Where will the coffee market be in 2019?

Where will the coffee market be in 2019?

Members of the European Coffee, Tea & Soft Drinks Expo steering panel give us their predictions for the year ahead.

Scott Russell, founder & ceo, Paddy & Scott's; Sonia Louro Carvalho, head of coffee development at Restaurant Associates, part of Compass Group UK & Ireland; Andy Wells, Co-founder Press Coffee; Craig Bunting, co-founder, Bear; Jessica Worden, coffee manager, Gail's Artisan Bakery; Rob Robertson, co-founder, Notes; Joao Almeida, head of coffee operations, Elan Cafe and Antonio Vigorito, food and beverage manager, St James's Hotel & Club give Coffee Business World their insights into 2019. 



“Brexit aside, authenticity will be the new currency for coffee companies in 2019. You don't need to be an expert to realise consumers are becoming more and more savvy. Those businesses out there who have creative tax schemes or have huge gaps in their ‘story’ will be under threat.
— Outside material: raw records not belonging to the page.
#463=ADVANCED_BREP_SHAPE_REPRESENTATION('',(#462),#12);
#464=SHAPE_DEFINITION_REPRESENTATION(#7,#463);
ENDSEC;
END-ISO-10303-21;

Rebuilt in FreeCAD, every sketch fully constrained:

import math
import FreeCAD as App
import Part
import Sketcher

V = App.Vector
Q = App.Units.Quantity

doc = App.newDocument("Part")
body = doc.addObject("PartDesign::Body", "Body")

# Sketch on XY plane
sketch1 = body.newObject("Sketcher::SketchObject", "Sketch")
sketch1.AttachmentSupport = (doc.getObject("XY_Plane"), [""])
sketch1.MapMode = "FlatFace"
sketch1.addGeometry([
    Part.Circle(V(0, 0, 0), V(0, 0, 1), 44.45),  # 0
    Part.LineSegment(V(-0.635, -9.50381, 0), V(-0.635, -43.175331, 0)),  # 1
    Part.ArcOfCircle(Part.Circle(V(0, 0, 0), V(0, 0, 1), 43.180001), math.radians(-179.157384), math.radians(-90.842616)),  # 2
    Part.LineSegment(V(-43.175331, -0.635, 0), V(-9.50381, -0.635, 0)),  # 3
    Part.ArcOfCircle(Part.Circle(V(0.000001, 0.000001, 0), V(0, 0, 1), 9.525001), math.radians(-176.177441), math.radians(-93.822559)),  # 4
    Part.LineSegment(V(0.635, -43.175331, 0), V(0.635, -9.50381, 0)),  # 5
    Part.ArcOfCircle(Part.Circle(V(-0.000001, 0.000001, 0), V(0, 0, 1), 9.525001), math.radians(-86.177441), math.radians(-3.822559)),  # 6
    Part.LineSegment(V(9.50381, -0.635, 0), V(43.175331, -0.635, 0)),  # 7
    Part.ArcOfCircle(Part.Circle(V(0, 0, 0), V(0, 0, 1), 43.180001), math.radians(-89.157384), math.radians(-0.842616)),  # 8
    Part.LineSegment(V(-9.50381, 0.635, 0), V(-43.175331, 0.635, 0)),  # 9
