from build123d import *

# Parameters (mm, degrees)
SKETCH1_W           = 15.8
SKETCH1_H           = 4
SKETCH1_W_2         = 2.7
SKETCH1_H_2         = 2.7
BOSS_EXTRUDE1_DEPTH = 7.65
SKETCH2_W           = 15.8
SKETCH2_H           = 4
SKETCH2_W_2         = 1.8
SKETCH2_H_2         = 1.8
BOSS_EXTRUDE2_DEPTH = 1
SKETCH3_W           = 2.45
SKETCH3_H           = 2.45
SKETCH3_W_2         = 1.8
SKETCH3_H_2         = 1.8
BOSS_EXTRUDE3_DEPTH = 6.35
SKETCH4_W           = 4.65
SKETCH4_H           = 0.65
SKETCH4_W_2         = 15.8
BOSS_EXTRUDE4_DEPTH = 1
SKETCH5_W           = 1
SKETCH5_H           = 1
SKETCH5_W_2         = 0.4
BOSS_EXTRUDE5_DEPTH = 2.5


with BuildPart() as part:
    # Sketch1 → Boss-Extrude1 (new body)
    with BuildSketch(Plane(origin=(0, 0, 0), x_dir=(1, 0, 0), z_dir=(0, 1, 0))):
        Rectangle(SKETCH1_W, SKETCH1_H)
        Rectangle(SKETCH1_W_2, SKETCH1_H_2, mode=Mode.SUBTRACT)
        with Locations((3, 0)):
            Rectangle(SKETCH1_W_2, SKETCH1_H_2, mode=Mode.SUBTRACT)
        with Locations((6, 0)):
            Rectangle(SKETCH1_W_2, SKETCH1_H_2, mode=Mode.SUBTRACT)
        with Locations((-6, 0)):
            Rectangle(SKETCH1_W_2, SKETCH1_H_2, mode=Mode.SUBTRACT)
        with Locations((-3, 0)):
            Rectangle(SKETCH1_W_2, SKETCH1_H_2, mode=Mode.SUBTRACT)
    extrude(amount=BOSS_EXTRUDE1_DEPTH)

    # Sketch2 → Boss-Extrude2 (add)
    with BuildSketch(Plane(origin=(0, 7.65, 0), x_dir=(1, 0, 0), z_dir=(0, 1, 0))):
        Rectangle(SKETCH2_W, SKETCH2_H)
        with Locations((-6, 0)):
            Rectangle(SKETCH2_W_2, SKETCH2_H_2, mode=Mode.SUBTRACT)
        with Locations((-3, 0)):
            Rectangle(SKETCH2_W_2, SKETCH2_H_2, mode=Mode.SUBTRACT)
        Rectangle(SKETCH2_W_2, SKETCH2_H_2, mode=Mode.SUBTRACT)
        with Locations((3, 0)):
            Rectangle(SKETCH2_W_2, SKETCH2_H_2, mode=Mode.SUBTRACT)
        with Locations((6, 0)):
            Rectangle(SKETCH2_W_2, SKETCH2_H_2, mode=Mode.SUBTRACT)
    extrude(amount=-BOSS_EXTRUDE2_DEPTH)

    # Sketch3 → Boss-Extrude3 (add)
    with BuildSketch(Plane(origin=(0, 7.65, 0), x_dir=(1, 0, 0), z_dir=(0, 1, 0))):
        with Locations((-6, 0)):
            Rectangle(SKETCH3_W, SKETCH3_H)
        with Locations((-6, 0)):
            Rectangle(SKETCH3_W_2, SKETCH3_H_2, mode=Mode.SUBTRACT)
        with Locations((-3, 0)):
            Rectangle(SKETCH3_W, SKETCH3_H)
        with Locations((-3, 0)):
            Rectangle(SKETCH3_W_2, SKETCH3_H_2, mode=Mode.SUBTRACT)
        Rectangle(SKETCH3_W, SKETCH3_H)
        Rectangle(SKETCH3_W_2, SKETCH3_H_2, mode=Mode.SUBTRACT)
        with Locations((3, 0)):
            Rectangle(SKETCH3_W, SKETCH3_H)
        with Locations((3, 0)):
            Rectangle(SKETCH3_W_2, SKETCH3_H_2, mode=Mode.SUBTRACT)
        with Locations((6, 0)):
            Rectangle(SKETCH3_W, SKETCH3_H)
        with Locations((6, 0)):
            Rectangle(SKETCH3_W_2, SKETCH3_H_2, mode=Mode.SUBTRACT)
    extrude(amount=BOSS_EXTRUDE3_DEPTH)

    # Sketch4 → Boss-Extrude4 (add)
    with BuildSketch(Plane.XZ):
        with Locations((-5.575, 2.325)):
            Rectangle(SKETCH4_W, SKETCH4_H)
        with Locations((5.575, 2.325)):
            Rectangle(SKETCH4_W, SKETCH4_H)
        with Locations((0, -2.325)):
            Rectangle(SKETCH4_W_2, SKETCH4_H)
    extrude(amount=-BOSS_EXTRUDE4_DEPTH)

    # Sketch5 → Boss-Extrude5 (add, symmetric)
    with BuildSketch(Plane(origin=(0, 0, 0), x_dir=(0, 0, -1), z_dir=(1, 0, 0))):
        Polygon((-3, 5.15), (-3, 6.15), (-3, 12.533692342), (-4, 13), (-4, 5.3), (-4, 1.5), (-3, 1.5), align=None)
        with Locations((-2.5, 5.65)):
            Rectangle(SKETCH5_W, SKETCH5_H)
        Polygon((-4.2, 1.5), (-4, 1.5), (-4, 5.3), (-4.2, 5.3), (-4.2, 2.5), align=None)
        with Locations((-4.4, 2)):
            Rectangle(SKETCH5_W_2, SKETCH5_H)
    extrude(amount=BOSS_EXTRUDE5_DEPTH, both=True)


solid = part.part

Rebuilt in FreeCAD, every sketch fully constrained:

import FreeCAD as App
import Part
import Sketcher

V = App.Vector
Q = App.Units.Quantity


def add_polygon(sketch, points):
    """Adds a closed chain of lines whose ends are joined by coincident constraints."""
    first, n = sketch.GeometryCount, len(points)
    for a, b in zip(points, points[1:] + points[:1]):
        sketch.addGeometry(Part.LineSegment(App.Vector(*a, 0), App.Vector(*b, 0)), False)
    for i in range(n):
        sketch.addConstraint(Sketcher.Constraint("Coincident", first + i, 2, first + (i + 1) % n, 1))

doc = App.newDocument("Part")
params = doc.addObject("Spreadsheet::Sheet", "Params")
for row, (alias, value) in enumerate([
    ("sketch1_height", "4 mm"),
    ("sketch1_width", "15.8 mm"),
    ("sketch1_width2", "2.7 mm"),
    ("pad1_length", "7.65 mm"),
    ("sketch2_height", "4 mm"),
    ("sketch2_width", "15.8 mm"),
    ("sketch2_width2", "1.8 mm"),
    ("pad2_length", "1 mm"),
    ("sketch3_width", "1.8 mm"),
    ("sketch3_width2", "2.45 mm"),
    ("pad3_length", "6.35 mm"),
    ("sketch4_width", "15.8 mm"),
    ("sketch4_width2", "4.65 mm"),
    ("sketch4_height", "0.65 mm"),
    ("pad4_length", "1 mm"),
    ("sketch5_width", "1 mm"),
    ("sketch5_width2", "7.7 mm"),
    ("sketch5_width3", "2.8 mm"),
    ("sketch5_height", "0.2 mm"),
    ("sketch5_height2", "0.4 mm"),
    ("pad5_length", "5 mm"),
], start=1):
    params.set(f"A{row}", alias)
    params.set(f"B{row}", "=" + value)
    params.setAlias(f"B{row}", alias)

body = doc.addObject("PartDesign::Body", "Body")

# Sketch on XZ plane
sketch1 = body.newObject("Sketcher::SketchObject", "Sketch")
sketch1.AttachmentSupport = (doc.getObject("XZ_Plane"), [""])
sketch1.MapMode = "FlatFace"
add_polygon(sketch1, [(-7.9, -2), (-7.9, 2), (7.9, 2), (7.9, -2)])  # lines 0-3
add_polygon(sketch1, [(-4.7, 1.4), (-7.3, 1.4), (-7.3, -1.4), (-4.7, -1.4)])  # lines 4-7
add_polygon(sketch1, [(-1.6, 1.4), (-4.3, 1.4), (-4.3, -1.4), (-1.6, -1.4)])  # lines 8-11
add_polygon(sketch1, [(1.4, 1.4), (-1.4, 1.4), (-1.4, -1.4), (1.4, -1.4)])  # lines 12-15
add_polygon(sketch1, [(4.3, 1.4), (1.6, 1.4), (1.6, -1.4), (4.3, -1.4)])  # lines 16-19
add_polygon(sketch1, [(7.3, 1.4), (4.7, 1.4), (4.7, -1.4), (7.3, -1.4)])  # lines 20-23
sketch1.addConstraint(Sketcher.Constraint("Vertical", 0))
sketch1.addConstraint(Sketcher.Constraint("Horizontal", 1))
sketch1.addConstraint(Sketcher.Constraint("Vertical", 2))
sketch1.addConstraint(Sketcher.Constraint("Horizontal", 3))
sketch1.addConstraint(Sketcher.Constraint("Horizontal", 4))
sketch1.addConstraint(Sketcher.Constraint("Vertical", 5))
sketch1.addConstraint(Sketcher.Constraint("Horizontal", 6))
sketch1.addConstraint(Sketcher.Constraint("Vertical", 7))
sketch1.addConstraint(Sketcher.Constraint("Horizontal", 8))
sketch1.addConstraint(Sketcher.Constraint("Vertical", 9))
sketch1.addConstraint(Sketcher.Constraint("Horizontal", 10))
sketch1.addConstraint(Sketcher.Constraint("Vertical", 11))
sketch1.addConstraint(Sketcher.Constraint("Horizontal", 12))
sketch1.addConstraint(Sketcher.Constraint("Vertical", 13))
sketch1.addConstraint(Sketcher.Constraint("Horizontal", 14))
sketch1.addConstraint(Sketcher.Constraint("Vertical", 15))
sketch1.addConstraint(Sketcher.Constraint("Horizontal", 16))
sketch1.addConstraint(Sketcher.Constraint("Vertical", 17))
sketch1.addConstraint(Sketcher.Constraint("Horizontal", 18))
sketch1.addConstraint(Sketcher.Constraint("Vertical", 19))
sketch1.addConstraint(Sketcher.Constraint("Horizontal", 20))
sketch1.addConstraint(Sketcher.Constraint("Vertical", 21))
sketch1.addConstraint(Sketcher.Constraint("Horizontal", 22))
sketch1.addConstraint(Sketcher.Constraint("Vertical", 23))
sketch1.addConstraint(Sketcher.Constraint("Symmetric", 0, 2, 2, 2, -1, 1))
sketch1.addConstraint(Sketcher.Constraint("Symmetric", 12, 2, 14, 2, -1, 1))
sketch1.addConstraint(Sketcher.Constraint("Symmetric", 10, 2, 16, 2, -1, 1))
sketch1.addConstraint(Sketcher.Constraint("Symmetric", 8, 2, 18, 2, -1, 1))
sketch1.addConstraint(Sketcher.Constraint("Symmetric", 6, 2, 20, 2, -1, 1))
sketch1.addConstraint(Sketcher.Constraint("Symmetric", 4, 2, 22, 2, -1, 1))
sketch1.addConstraint(Sketcher.Constraint("Horizontal", 7, 2, 8, 2))
sketch1.addConstraint(Sketcher.Constraint("Horizontal", 6, 2, 9, 2))
sketch1.addConstraint(Sketcher.Constraint("Horizontal", 11, 2, 12, 2))
sketch1.addConstraint(Sketcher.Constraint("Horizontal", 10, 2, 13, 2))
sketch1.addConstraint(Sketcher.Constraint("Equal", 6, 8))
sketch1.addConstraint(Sketcher.Constraint("Equal", 10, 12))
sketch1.addConstraint(Sketcher.Constraint("Equal", 22, 5))
sketch1.addConstraint(Sketcher.Constraint("DistanceY", 0, 1, 0, 2, 4.0))
sketch1.addConstraint(Sketcher.Constraint("DistanceX", 1, 1, 1, 2, 15.8))
sketch1.addConstraint(Sketcher.Constraint("DistanceX", 4, 2, 4, 1, 2.7))
sketch1.addConstraint(Sketcher.Constraint("DistanceX", 4, 2, 8, 2, 3.0))
sketch1.addConstraint(Sketcher.Constraint("DistanceX", 8, 2, 12, 2, 3.0))
sketch1.setExpression("Constraints[61]", "Params.sketch1_height")
sketch1.setExpression("Constraints[62]", "Params.sketch1_width")
sketch1.setExpression("Constraints[63]", "Params.sketch1_width2")
pad1 = body.newObject("PartDesign::Pad", "Pad")
pad1.Profile = sketch1
pad1.setExpression("Length", "Params.pad1_length")
pad1.Reversed = True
You can no longer just get away with slapping a Fairtrade or Rainforest Alliance sticker on your coffee bag and think you’ve ticked the CSR box. I also see Nitro Cold brew gaining popularity as an on trade mixer for cocktails and indeed mocktails. With several huge multi-national liquor firms kicking around collaboration projects, surely there's something out there more exciting than tonic water? I also believe 2019 will be year of acquisitions, real trading profit and growth in your chosen market will make good small companies attractive to larger multi-channel operators." 
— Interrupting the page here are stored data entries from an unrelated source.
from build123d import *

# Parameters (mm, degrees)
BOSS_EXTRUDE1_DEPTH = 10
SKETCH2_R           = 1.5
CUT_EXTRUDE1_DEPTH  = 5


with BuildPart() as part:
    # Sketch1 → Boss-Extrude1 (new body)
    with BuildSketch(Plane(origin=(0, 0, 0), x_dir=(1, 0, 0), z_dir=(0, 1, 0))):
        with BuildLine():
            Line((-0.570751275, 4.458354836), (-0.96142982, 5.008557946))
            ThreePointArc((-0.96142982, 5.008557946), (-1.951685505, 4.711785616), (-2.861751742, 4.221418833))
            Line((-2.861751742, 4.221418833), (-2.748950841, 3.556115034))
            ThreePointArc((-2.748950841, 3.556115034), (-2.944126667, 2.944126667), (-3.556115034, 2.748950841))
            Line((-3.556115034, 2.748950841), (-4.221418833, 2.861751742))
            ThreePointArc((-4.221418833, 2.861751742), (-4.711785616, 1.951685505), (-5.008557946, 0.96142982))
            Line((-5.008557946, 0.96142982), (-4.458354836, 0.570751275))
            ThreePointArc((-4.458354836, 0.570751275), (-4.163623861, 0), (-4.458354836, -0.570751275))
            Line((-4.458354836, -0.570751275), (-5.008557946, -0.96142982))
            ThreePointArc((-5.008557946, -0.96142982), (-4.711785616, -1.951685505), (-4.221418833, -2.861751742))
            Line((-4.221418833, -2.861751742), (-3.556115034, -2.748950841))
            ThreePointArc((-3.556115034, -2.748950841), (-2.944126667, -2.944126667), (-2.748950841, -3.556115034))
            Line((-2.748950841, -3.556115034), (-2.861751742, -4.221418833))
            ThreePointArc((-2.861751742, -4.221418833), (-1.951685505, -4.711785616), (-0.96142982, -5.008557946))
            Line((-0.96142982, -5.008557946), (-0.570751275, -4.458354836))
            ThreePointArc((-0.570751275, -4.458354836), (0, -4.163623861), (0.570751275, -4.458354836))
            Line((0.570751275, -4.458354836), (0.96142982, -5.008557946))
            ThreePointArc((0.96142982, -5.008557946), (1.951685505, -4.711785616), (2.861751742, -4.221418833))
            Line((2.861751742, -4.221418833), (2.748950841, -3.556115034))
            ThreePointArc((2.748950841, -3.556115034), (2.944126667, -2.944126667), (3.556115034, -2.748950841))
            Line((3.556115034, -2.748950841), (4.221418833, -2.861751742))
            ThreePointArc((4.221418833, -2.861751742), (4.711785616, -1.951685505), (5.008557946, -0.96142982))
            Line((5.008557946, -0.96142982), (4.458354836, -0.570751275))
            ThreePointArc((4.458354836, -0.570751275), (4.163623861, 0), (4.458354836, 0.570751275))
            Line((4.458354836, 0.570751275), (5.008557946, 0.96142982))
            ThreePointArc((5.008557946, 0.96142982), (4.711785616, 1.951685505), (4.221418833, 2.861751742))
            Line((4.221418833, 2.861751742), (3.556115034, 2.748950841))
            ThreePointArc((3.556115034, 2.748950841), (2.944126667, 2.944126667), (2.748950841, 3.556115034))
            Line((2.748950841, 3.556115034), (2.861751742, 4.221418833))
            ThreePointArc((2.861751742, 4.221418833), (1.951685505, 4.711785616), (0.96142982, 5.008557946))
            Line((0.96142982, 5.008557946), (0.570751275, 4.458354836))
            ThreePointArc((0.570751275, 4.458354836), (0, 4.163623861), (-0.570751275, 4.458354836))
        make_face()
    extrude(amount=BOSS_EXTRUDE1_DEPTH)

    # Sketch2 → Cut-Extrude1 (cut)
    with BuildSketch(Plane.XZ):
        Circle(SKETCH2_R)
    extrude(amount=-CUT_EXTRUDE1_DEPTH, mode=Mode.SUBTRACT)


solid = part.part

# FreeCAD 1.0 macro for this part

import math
import FreeCAD as App
import Part
import Sketcher

V = App.Vector

doc = App.newDocument("Part")
body = doc.addObject("PartDesign::Body", "Body")

# Sketch on XZ plane
sketch1 = doc.addObject("Sketcher::SketchObject", "Sketch")
body.addObject(sketch1)
sketch1.AttachmentSupport = (doc.XZ_Plane, [""])
sketch1.MapMode = "FlatFace"
sketch1.addGeometry([
    Part.LineSegment(V(-0.6, -4.5, 0), V(-1, -5, 0)),  # 0
    Part.ArcOfCircle(Part.Circle(V(0, 0, 0), V(0, 0, 1), 5.1), math.radians(-124), math.radians(-101)),  # 1
    Part.LineSegment(V(-2.9, -4.2, 0), V(-2.7, -3.6, 0)),  # 2
    Part.ArcOfCircle(Part.Circle(V(-3.4, -3.4, 0), V(0, 0, 1), 0.7), math.radians(-10), math.radians(100)),  # 3
    Part.LineSegment(V(-3.6, -2.7, 0), V(-4.2, -2.9, 0)),  # 4
    Part.ArcOfCircle(Part.Circle(V(0, 0, 0), V(0, 0, 1), 5.1), math.radians(-169), math.radians(-146)),  # 5
    Part.LineSegment(V(-5, -1, 0), V(-4.5, -0.6, 0)),  # 6
    Part.ArcOfCircle(Part.Circle(V(-4.9, 0, 0), V(0, 0, 1), 0.7), math.radians(-55), math.radians(55)),  # 7
    Part.LineSegment(V(-4.5, 0.6, 0), V(-5, 1, 0)),  # 8
    Part.ArcOfCircle(Part.Circle(V(0, 0, 0), V(0, 0, 1), 5.1), math.radians(146), math.radians(169)),  # 9
    Part.LineSegment(V(-4.2, 2.9, 0), V(-3.6, 2.7, 0)),  # 10
    Part.ArcOfCircle(Part.Circle(V(-3.4, 3.4, 0), V(0, 0, 1), 0.7), math.radians(-100), math.radians(10)),  # 11
    Part.LineSegment(V(-2.7, 3.6, 0), V(-2.9, 4.2, 0)),  # 12
    Part.ArcOfCircle(Part.Circle(V(0, 0, 0), V(0, 0, 1), 5.1), math.radians(101), math.radians(124)),  # 13
    Part.LineSegment(V(-1, 5, 0), V(-0.6, 4.5, 0)),  # 14
    Part.ArcOfCircle(Part.Circle(V(0, 4.9, 0), V(0, 0, 1), 0.7), math.radians(-145), math.radians(-35)),  # 15
    Part.LineSegment(V(0.6, 4.5, 0), V(1, 5, 0)),  # 16
    Part.ArcOfCircle(Part.Circle(V(0, 0, 0), V(0, 0, 1), 5.1), math.radians(56), math.radians(79)),  # 17
    Part.LineSegment(V(2.9, 4.2, 0), V(2.7, 3.6, 0)),  # 18
    Part.ArcOfCircle(Part.Circle(V(3.4, 3.4, 0), V(0, 0, 1), 0.7), math.radians(170), math.radians(280)),  # 19
    Part.LineSegment(V(3.6, 2.7, 0), V(4.2, 2.9, 0)),  # 20
    Part.ArcOfCircle(Part.Circle(V(0, 0, 0), V(0, 0, 1), 5.1), math.radians(11), math.radians(34)),  # 21
    Part.LineSegment(V(5, 1, 0), V(4.5, 0.6, 0)),  # 22
    Part.ArcOfCircle(Part.Circle(V(4.9, 0, 0), V(0, 0, 1), 0.7), math.radians(125), math.radians(235)),  # 23
    Part.LineSegment(V(4.5, -0.6, 0), V(5, -1, 0)),  # 24
    Part.ArcOfCircle(Part.Circle(V(0, 0, 0), V(0, 0, 1), 5.1), math.radians(-34), math.radians(-11)),  # 25
    Part.LineSegment(V(4.2, -2.9, 0), V(3.6, -2.7, 0)),  # 26
    Part.ArcOfCircle(Part.Circle(V(3.4, -3.4, 0), V(0, 0, 1), 0.7), math.radians(80), math.radians(190)),  # 27
    Part.LineSegment(V(2.7, -3.6, 0), V(2.9, -4.2, 0)),  # 28
    Part.ArcOfCircle(Part.Circle(V(0, 0, 0), V(0, 0, 1), 5.1), math.radians(-79), math.radians(-56)),  # 29
    Part.LineSegment(V(1, -5, 0), V(0.6, -4.5, 0)),  # 30
    Part.ArcOfCircle(Part.Circle(V(0, -4.9, 0), V(0, 0, 1), 0.7), math.radians(35), math.radians(145)),  # 31
], False)
sketch1.addConstraint([
    Sketcher.Constraint("Coincident", 0, 2, 1, 2),
    Sketcher.Constraint("Coincident", 1, 1, 2, 1),
    Sketcher.Constraint("Tangent", 2, 2, 3, 1),
    Sketcher.Constraint("Tangent", 3, 2, 4, 1),
    Sketcher.Constraint("Coincident", 4, 2, 5, 2),
    Sketcher.Constraint("Coincident", 5, 1, 6, 1),
    Sketcher.Constraint("Tangent", 6, 2, 7, 1),
    Sketcher.Constraint("Tangent", 7, 2, 8, 1),
    Sketcher.Constraint("Coincident", 8, 2, 9, 2),
    Sketcher.Constraint("Coincident", 9, 1, 10, 1),
    Sketcher.Constraint("Tangent", 10, 2, 11, 1),
    Sketcher.Constraint("Tangent", 11, 2, 12, 1),
    Sketcher.Constraint("Coincident", 12, 2, 13, 2),
    Sketcher.Constraint("Coincident", 13, 1, 14, 1),
    Sketcher.Constraint("Tangent", 14, 2, 15, 1),
    Sketcher.Constraint("Tangent", 15, 2, 16, 1),
    Sketcher.Constraint("Coincident", 16, 2, 17, 2),
    Sketcher.Constraint("Coincident", 17, 1, 18, 1),
    Sketcher.Constraint("Tangent", 18, 2, 19, 1),
    Sketcher.Constraint("Tangent", 19, 2, 20, 1),
    Sketcher.Constraint("Coincident", 20, 2, 21, 2),
    Sketcher.Constraint("Coincident", 21, 1, 22, 1),
    Sketcher.Constraint("Tangent", 22, 2, 23, 1),
    Sketcher.Constraint("Tangent", 23, 2, 24, 1),
    Sketcher.Constraint("Coincident", 24, 2, 25, 2),
    Sketcher.Constraint("Coincident", 25, 1, 26, 1),
    Sketcher.Constraint("Tangent", 26, 2, 27, 1),
    Sketcher.Constraint("Tangent", 27, 2, 28, 1),
    Sketcher.Constraint("Coincident", 28, 2, 29, 2),
    Sketcher.Constraint("Coincident", 29, 1, 30, 1),
    Sketcher.Constraint("Tangent", 30, 2, 31, 1),
    Sketcher.Constraint("Tangent", 31, 2, 0, 1),
    Sketcher.Constraint("Coincident", 1, 3, -1, 1),
    Sketcher.Constraint("Coincident", 5, 3, -1, 1),
    Sketcher.Constraint("Coincident", 9, 3, -1, 1),
    Sketcher.Constraint("Coincident", 13, 3, -1, 1),
    Sketcher.Constraint("Coincident", 17, 3, -1, 1),
    Sketcher.Constraint("Coincident", 21, 3, -1, 1),
    Sketcher.Constraint("Coincident", 25, 3, -1, 1),
    Sketcher.Constraint("Coincident", 29, 3, -1, 1),
    Sketcher.Constraint("Equal", 1, 5),
    Sketcher.Constraint("Equal", 3, 7),
    Sketcher.Constraint("Equal", 5, 9),
    Sketcher.Constraint("Equal", 7, 11),
    Sketcher.Constraint("Equal", 9, 13),
    Sketcher.Constraint("Equal", 11, 15),
    Sketcher.Constraint("Equal", 13, 17),
    Sketcher.Constraint("Equal", 15, 19),
    Sketcher.Constraint("Equal", 17, 21),
    Sketcher.Constraint("Equal", 19, 23),
    Sketcher.Constraint("Equal", 21, 25),
    Sketcher.Constraint("Equal", 23, 27),
    Sketcher.Constraint("Equal", 25, 29),
    Sketcher.Constraint("Equal", 27, 31),
    Sketcher.Constraint("Symmetric", 3, 3, 19, 3, -1, 1),
    Sketcher.Constraint("Symmetric", 7, 3, 23, 3, -1, 1),
    Sketcher.Constraint("Symmetric", 11, 3, 27, 3, -1, 1),
    Sketcher.Constraint("Symmetric", 15, 3, 31, 3, -1, 1),
    Sketcher.Constraint("Symmetric", 11, 3, 19, 3, -2),
    Sketcher.Constraint("Symmetric", 14, 2, 15, 2, -2),
    Sketcher.Constraint("Symmetric", 7, 2, 22, 2, -2),
    Sketcher.Constraint("Perpendicular", 0, 8),
    Sketcher.Constraint("Perpendicular", 2, 10),
    Sketcher.Constraint("Perpendicular", 4, 12),
    Sketcher.Constraint("Perpendicular", 6, 14),
    Sketcher.Constraint("Perpendicular", 8, 16),
    Sketcher.Constraint("Perpendicular", 10, 18),
    Sketcher.Constraint("Perpendicular", 12, 20),
    Sketcher.Constraint("Perpendicular", 16, 24),
    Sketcher.Constraint("Perpendicular", 18, 26),
    Sketcher.Constraint("Perpendicular", 20, 28),
    Sketcher.Constraint("Perpendicular", 22, 30),
    Sketcher.Constraint("Horizontal", 12, 2, 17, 1),
    Sketcher.Constraint("Equal", 0, 2),
    Sketcher.Constraint("Equal", 2, 4),
    Sketcher.Constraint("Equal", 4, 6),
    Sketcher.Constraint("Radius", 1, 5.1),
    Sketcher.Constraint("Radius", 3, 0.7),
    Sketcher.Constraint("DistanceY", 4, 2, 6, 2, 2.291),
    Sketcher.Constraint("Distance", 0, 0.674799),
    Sketcher.Constraint("DistanceX", 3, 3, -1, 1, 3.439101),
])
pad1 = doc.addObject("PartDesign::Pad", "Pad")
body.addObject(pad1)
pad1.Profile = sketch1
pad1.Length = 10
pad1.Reversed = True

# Sketch on XZ plane
sketch2 = doc.addObject("Sketcher::SketchObject", "Sketch001")
body.addObject(sketch2)
sketch2.AttachmentSupport = (doc.XZ_Plane, [""])
sketch2.MapMode = "FlatFace"
sketch2.addGeometry(Part.Circle(V(0, 0, 0), V(0, 0, 1), 1.5), False)
sketch2.addConstraint([
    Sketcher.Constraint("Coincident", 0, 3, -1, 1),
    Sketcher.Constraint("Diameter", 0, 3.0),
])
pocket1 = doc.addObject("PartDesign::Pocket", "Pocket")
body.addObject(pocket1)
pocket1.Profile = sketch2
pocket1.Length = 5

doc.recompute()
Scott Russell, Founder & CEO, Paddy & Scott's



“We believe that the trend for dairy milk alternatives will continue to dominate in the coming year. With the continuing growth in the vegan and eco-conscious consumer markets, we are seeing, for instance, a rise in oat milk in particular, which we believe will continue.

"The coffee consumer is more knowledgeable than ever with the industry being challenged furthermore around transparency, and our consumers are eager to make an empathetic connection to the coffee they buy. This generation of coffee drinkers aren’t content with knowing that a coffee is from a particular country or continent, they want to know where and how their coffee has been cultivated. What region is it from? Is this from a singular farm? All this is important to them so in turn, it’s important to us.

"Where we are able to make an emotive connection between our consumer and their cup of coffee, we establish a relationship between us. We see that when daily or routine purchases can be traced to their source, the consumer feels an increased sense of purpose and personal connection – and that’s a continuing focus for us in the coming year."

Sonia Louro Carvalho, head of coffee development at Restaurant Associates, part of Compass Group UK & Ireland


“I think I can safely say that the whole of the speciality industry in London at least does not want Brexit to happen. The immigration issues will leave us with a smaller less talented pool of employees to choose from. However programs like Well Grounded (who we work with and hire from) will go from strength to strength and more similar ventures may pop up across the country.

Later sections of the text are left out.